Третьего июня показывали «Дон Кихота» писателям. Так как идет, точнее, шла какая‑то конференция в Пушкинском Доме, то пришли и профессора. На обсуждении выступали: Эйхенбаум, Оксман, Коля Степанов, Виноградов, Алексеев. Из писателей Панова. Хвалили. В Москве картина, к моему удивлению, делает полные сборы. Я понимаю, что это хорошо, и не слишком понимаю. Автор картины — это режиссер, а никак не сценарист. Что бы там ни говорили в речах. Мне бы пора остепениться, но я не могу.
На душе туман, через который я отлично вижу то, что не следует видеть, если хочешь жить. Старость не дает права ходить при всех в подштанниках. И даже если жизнь кончена, не мое дело это знать. Это не мысль, а чувство, которое я передаю грубовато, а переживаю вполне убедительно.
Сегодня семь лет с тех пор, как начал я писать ежедневно в этих тетрадях[213]. А в апреле исполнилось пятнадцать лет с тех пор, как я их веду. Но семь лет назад начались ежедневные записи, в чем и заключается главный их смысл. Пишу я лежа, плохо с сердцем, а чувствую я себя в основном хорошо.
Дня три я сплю как следует, принимая снотворное. Смутные слухи из Москвы[214]. Вчера был Козинцев, принес немецкие плакаты. Очень красиво сделанные. Сегодня у меня выходной от моих мучений день[215]. Поговорил с Катюшей, и она утешила меня. Потихоньку начинаю думать, что писать дальше. У Акимова в Комедии неприятности. Сначала не дали ему награждения к 250–летию города. Потом приняли в штыки новую его постановку «Кресло № 16». Вчера был летний день, сегодня льет дождь. Но я отдыхаю. И смутный просвет, и мне хочется жить и трудиться, что, может быть, что‑нибудь впереди. Была Надежда Николаевна. Говорила с Козинцевым о непорядках на «Ленфильме».
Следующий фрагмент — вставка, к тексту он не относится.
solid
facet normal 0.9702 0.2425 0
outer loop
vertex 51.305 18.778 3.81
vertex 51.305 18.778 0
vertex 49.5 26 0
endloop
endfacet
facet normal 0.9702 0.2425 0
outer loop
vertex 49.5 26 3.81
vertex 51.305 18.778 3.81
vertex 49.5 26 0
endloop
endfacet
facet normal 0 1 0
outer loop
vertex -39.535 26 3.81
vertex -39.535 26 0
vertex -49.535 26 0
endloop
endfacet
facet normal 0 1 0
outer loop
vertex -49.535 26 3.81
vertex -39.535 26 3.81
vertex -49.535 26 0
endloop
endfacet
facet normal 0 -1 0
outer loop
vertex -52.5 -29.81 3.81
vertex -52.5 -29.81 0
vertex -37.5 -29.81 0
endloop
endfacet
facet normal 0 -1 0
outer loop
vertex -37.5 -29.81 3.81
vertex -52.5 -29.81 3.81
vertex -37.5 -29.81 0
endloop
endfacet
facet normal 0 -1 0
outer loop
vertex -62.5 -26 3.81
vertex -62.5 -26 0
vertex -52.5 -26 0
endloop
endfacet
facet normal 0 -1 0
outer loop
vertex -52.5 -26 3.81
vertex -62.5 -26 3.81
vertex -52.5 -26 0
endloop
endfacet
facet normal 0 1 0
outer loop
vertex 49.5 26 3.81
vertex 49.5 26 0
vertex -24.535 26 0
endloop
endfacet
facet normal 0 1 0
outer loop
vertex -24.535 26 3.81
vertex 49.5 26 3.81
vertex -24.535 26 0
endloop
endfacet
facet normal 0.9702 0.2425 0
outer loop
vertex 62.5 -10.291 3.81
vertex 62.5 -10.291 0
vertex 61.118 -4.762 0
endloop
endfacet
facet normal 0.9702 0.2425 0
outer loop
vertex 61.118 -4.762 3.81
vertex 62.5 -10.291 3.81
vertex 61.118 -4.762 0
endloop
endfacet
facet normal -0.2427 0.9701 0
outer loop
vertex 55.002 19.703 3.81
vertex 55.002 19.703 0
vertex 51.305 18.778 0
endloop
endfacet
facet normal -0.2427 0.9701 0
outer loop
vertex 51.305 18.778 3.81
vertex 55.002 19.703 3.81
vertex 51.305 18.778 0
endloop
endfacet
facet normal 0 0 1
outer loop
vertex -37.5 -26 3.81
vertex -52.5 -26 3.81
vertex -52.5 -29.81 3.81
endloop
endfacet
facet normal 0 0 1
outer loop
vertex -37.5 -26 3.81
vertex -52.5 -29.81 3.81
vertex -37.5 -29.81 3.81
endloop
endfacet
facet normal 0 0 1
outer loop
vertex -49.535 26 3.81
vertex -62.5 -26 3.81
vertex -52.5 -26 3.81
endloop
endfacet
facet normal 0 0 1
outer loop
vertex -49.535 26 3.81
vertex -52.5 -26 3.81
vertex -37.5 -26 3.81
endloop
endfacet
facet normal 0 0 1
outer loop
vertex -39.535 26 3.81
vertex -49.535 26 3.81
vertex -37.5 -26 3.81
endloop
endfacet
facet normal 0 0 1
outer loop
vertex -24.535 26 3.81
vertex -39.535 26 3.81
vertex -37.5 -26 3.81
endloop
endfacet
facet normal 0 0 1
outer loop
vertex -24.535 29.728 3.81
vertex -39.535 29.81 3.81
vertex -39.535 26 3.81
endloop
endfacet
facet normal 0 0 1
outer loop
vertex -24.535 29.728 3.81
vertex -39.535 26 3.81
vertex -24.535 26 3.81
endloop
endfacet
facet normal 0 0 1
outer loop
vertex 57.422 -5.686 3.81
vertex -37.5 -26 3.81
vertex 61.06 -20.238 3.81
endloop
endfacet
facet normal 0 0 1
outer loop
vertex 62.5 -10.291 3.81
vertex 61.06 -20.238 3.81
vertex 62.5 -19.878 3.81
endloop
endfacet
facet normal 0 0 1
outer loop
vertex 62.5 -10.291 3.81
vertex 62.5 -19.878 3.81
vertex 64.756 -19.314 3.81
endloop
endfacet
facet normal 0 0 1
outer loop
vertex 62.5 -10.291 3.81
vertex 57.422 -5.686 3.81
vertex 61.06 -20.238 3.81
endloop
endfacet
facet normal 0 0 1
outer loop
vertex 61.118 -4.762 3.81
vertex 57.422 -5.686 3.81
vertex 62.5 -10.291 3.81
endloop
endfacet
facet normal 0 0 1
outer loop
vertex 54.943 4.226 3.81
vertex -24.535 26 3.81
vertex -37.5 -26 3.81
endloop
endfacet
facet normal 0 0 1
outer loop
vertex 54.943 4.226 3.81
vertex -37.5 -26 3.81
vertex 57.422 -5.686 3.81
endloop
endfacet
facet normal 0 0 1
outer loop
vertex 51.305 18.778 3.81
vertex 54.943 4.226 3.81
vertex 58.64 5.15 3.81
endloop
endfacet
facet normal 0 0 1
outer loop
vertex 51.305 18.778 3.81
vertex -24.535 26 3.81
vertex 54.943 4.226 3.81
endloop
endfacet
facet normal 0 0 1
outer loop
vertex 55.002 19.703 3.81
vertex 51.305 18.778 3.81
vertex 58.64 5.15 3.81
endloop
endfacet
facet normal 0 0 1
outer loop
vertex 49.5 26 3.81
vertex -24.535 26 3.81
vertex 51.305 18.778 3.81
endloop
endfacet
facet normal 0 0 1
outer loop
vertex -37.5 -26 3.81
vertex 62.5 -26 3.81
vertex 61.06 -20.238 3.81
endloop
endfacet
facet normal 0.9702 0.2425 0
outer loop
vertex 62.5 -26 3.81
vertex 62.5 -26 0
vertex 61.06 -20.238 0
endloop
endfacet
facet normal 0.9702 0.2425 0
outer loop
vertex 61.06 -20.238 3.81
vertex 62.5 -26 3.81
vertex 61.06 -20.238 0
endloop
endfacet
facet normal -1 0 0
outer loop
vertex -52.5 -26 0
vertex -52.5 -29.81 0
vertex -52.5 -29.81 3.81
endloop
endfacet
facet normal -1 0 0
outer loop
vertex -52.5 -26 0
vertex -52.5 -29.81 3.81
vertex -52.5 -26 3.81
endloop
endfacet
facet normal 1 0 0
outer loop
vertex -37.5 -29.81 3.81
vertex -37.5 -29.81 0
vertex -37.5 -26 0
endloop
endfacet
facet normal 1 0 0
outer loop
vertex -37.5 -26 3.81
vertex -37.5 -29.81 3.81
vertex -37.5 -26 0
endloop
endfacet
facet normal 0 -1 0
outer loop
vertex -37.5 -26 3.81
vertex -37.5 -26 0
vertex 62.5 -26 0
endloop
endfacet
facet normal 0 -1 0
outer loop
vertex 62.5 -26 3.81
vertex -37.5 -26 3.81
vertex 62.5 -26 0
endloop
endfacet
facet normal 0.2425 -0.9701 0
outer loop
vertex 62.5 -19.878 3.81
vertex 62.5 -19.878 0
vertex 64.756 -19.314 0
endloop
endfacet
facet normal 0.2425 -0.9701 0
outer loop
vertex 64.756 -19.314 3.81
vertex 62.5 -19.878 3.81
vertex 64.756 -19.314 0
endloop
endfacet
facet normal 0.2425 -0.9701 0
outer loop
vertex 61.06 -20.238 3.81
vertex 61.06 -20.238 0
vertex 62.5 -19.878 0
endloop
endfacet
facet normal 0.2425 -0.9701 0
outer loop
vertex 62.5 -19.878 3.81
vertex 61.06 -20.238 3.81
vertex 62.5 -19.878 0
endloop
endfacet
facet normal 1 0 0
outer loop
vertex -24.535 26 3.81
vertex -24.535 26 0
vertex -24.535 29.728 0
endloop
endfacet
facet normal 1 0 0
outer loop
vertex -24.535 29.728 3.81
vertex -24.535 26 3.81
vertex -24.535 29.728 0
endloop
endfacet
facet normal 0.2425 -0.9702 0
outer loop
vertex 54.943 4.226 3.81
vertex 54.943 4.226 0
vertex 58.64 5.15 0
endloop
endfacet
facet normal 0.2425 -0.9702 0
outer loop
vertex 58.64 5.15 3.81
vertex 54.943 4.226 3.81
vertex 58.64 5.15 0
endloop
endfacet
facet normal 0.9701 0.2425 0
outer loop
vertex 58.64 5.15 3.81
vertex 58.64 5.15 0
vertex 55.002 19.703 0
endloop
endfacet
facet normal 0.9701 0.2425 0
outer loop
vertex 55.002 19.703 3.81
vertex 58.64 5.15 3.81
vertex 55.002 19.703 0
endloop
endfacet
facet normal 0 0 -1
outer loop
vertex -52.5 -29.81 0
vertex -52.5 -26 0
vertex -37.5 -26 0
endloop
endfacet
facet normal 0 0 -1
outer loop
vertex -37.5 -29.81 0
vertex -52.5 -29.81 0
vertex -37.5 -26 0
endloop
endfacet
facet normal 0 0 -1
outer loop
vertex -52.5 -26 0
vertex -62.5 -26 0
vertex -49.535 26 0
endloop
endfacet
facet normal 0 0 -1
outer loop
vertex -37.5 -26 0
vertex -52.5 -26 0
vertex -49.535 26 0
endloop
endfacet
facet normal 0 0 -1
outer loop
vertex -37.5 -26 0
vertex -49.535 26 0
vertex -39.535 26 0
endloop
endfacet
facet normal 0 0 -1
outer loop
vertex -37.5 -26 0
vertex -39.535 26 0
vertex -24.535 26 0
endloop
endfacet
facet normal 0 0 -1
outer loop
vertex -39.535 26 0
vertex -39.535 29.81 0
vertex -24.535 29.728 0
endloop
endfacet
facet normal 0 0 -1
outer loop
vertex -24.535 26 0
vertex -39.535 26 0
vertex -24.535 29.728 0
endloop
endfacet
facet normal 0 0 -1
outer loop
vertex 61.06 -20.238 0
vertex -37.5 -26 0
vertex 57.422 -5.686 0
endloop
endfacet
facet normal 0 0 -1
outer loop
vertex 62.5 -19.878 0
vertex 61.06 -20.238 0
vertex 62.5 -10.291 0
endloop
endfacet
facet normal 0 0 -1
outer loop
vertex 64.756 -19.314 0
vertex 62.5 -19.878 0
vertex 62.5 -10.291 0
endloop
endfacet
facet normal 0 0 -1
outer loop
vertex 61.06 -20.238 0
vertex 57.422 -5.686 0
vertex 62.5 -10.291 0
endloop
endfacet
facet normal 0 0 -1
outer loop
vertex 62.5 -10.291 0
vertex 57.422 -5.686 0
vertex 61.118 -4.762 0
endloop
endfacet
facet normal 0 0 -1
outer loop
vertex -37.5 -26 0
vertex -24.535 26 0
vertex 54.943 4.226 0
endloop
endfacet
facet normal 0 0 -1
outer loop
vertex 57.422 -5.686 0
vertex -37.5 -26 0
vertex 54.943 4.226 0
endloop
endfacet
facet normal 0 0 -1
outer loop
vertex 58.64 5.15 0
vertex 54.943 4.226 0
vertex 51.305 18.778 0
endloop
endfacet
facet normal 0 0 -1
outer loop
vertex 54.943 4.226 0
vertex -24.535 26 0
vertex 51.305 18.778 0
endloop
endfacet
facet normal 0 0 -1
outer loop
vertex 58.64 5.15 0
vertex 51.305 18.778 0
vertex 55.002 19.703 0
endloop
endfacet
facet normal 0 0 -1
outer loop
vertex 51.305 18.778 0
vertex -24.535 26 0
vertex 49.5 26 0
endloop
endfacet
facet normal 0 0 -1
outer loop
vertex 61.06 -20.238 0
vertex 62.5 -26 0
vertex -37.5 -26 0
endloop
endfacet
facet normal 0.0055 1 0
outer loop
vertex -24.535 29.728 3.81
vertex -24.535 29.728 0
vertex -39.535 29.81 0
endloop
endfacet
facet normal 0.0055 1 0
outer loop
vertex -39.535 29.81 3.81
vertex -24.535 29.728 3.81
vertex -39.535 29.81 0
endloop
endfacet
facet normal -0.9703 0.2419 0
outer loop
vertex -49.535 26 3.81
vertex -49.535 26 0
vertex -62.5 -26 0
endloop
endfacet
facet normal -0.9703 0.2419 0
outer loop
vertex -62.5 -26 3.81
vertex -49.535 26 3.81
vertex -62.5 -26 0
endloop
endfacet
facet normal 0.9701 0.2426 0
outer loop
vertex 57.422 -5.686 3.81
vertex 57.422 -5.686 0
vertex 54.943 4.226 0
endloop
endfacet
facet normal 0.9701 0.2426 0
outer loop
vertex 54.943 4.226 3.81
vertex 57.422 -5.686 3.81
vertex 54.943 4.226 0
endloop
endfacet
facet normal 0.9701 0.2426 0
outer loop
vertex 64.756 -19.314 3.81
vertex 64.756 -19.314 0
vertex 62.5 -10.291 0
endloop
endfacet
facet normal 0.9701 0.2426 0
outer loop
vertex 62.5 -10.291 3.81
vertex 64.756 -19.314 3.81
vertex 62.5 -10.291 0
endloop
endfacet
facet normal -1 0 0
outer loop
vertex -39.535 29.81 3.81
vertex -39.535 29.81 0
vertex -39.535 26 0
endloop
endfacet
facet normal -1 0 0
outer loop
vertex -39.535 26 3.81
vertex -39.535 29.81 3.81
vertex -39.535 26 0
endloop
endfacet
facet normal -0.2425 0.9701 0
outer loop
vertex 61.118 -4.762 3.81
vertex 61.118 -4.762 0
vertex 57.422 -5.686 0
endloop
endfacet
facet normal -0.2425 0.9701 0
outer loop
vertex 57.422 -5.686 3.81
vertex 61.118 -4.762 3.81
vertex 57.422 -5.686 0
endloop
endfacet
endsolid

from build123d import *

# Parameters (mm, degrees)
F0_W     = 15
F0_H     = 3.81
F1_DEPTH = 3.81


# Not quite as in the source:
# - a feature names something its author has since deleted; it is built from what else it names


with BuildPart() as f1:
    # F0 (on Top) → F1 (new body)
    with BuildSketch(Plane.XY):
        with Locations((-45, -27.905)):
            Rectangle(F0_W, F0_H)
        Polygon((-37.5, -26), (62.5, -26), (61.059539805, -20.23815922), (57.4215054295, -5.6860217178), (54.9434199682, 4.226320127), (51.3053855927, 18.7784576292), (49.5, 26), (-24.5351687992, 26), (-39.5349438522, 26), (-49.5349438522, 26), (-62.5, -26), (-52.5, -26), align=None)
        Polygon((61.059539805, -20.23815922), (62.5, -19.8780441712), (62.5, -10.2909675664), (61.117748355, -4.7619609864), (57.4215054295, -5.6860217178), align=None)
        Polygon((51.3053855927, 18.7784576292), (54.9434199682, 4.226320127), (58.6396628938, 5.1503808584), (55.0016285183, 19.7025183606), align=None)
        Polygon((62.5, -10.2909675664), (62.5, -19.8780441712), (64.7557827306, -19.3140984886), align=None)
        Polygon((-39.5349438522, 29.81), (-39.5349438522, 26), (-24.5351687992, 26), (-24.5351687992, 29.7278515898), align=None)
    extrude(amount=F1_DEPTH)


solid = f1.part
Козинцев вдруг рассердил меня невоспитанностью. Или это была демонстрация? Он разговаривал с Надей, и каждая моя попытка вставить слово отвергалась, будто я — пустое место. Припоминаю сейчас, что подобные обстоятельства наблюдались и прежде. Изящный, даже слишком изящный, с голосом неожиданно высоким — не то флажолет, не то фальцет тонкий, хорошего роста, с узким лицом, с меланхолическим выражением коричневых глаз, он производил впечатление благоприятное, но чуть подозрительное. Шло это последнее чувство от фальцета и того же тембра ожесточенности. Я знаю, что он ненавидит с женственной неудержимостью, и очень редко проступает чувство любви к кому или чему бы то ни было. Это последнее объясняется еще и тем, что он сноб или пижон, образца двадцатых годов. Всякий узник, как бы ни менял он кличку, определяется прежде всего ледяным спокойствием и полным презрением, даже ужасом к высказыванию чувств. Акимов, характер или поведение которого образовались в те же годы, признался одному близкому человеку, что, когда хоронил мать, ему, Акимову, мучительнее всего было сознание, что каждый понимает его чувство. Итак, Козинцев подчеркнуто насмешлив и зол, что дается ему без всякого труда. Человек он по — настоящему образованный. Шекспира знает как никто в кинематографе и его окрестностях, причем читал его в подлиннике и прочел все что можно о Шекспире, составил целую библиотеку, и профессиональные шекспирологи уважают его. Когда работали мы над Сервантесом, убедился я в богатстве его знаний по эпохе Возрождения и по истории того времени. Он поймал художника, повесившего на стене герцогского дворца портрет адмирала, жившего лет через пятьдесят после событий, происходящих в фильме. И о знаниях своих он не звонит, не добивается ученого звания, как это любят в кино. Статьи его о шекспировских пьесах внушают уважение. Но знания его не снимают злости, почти женской, а злость не вынимает из его составных частей настоящую любовь к искусству, к высокому искусству. И поэтическое чувство, вспыхивая в его коричневых глазах, не убивает скупости. Ну что тут делать!
214
Имеется в виду внутрипартийная борьба между противниками и сторонниками Н.С.Хрущева. В июне 1957 г. Президиум ЦК КПСС организовал заговор с целью смещения Хрущева с поста Первого секретаря ЦК партии. После своего возвращения из Финляндии он был приглашен на заседание Президиума, который семью голосами против четырех потребовал его отставки. Тогда Хрущев созвал Пленум ЦК, который отменил решение Президиума и отправил в отставку «антипартийную группу» Молотова, Маленкова, Кагановича и «примкнувшего к ним Шепилова». Хрущев укрепил Президиум сторонниками проводимой им политики и в марте 1958 г. занял пост Председателя Совета министров, сосредоточив в своих руках партийную и исполнительную власть.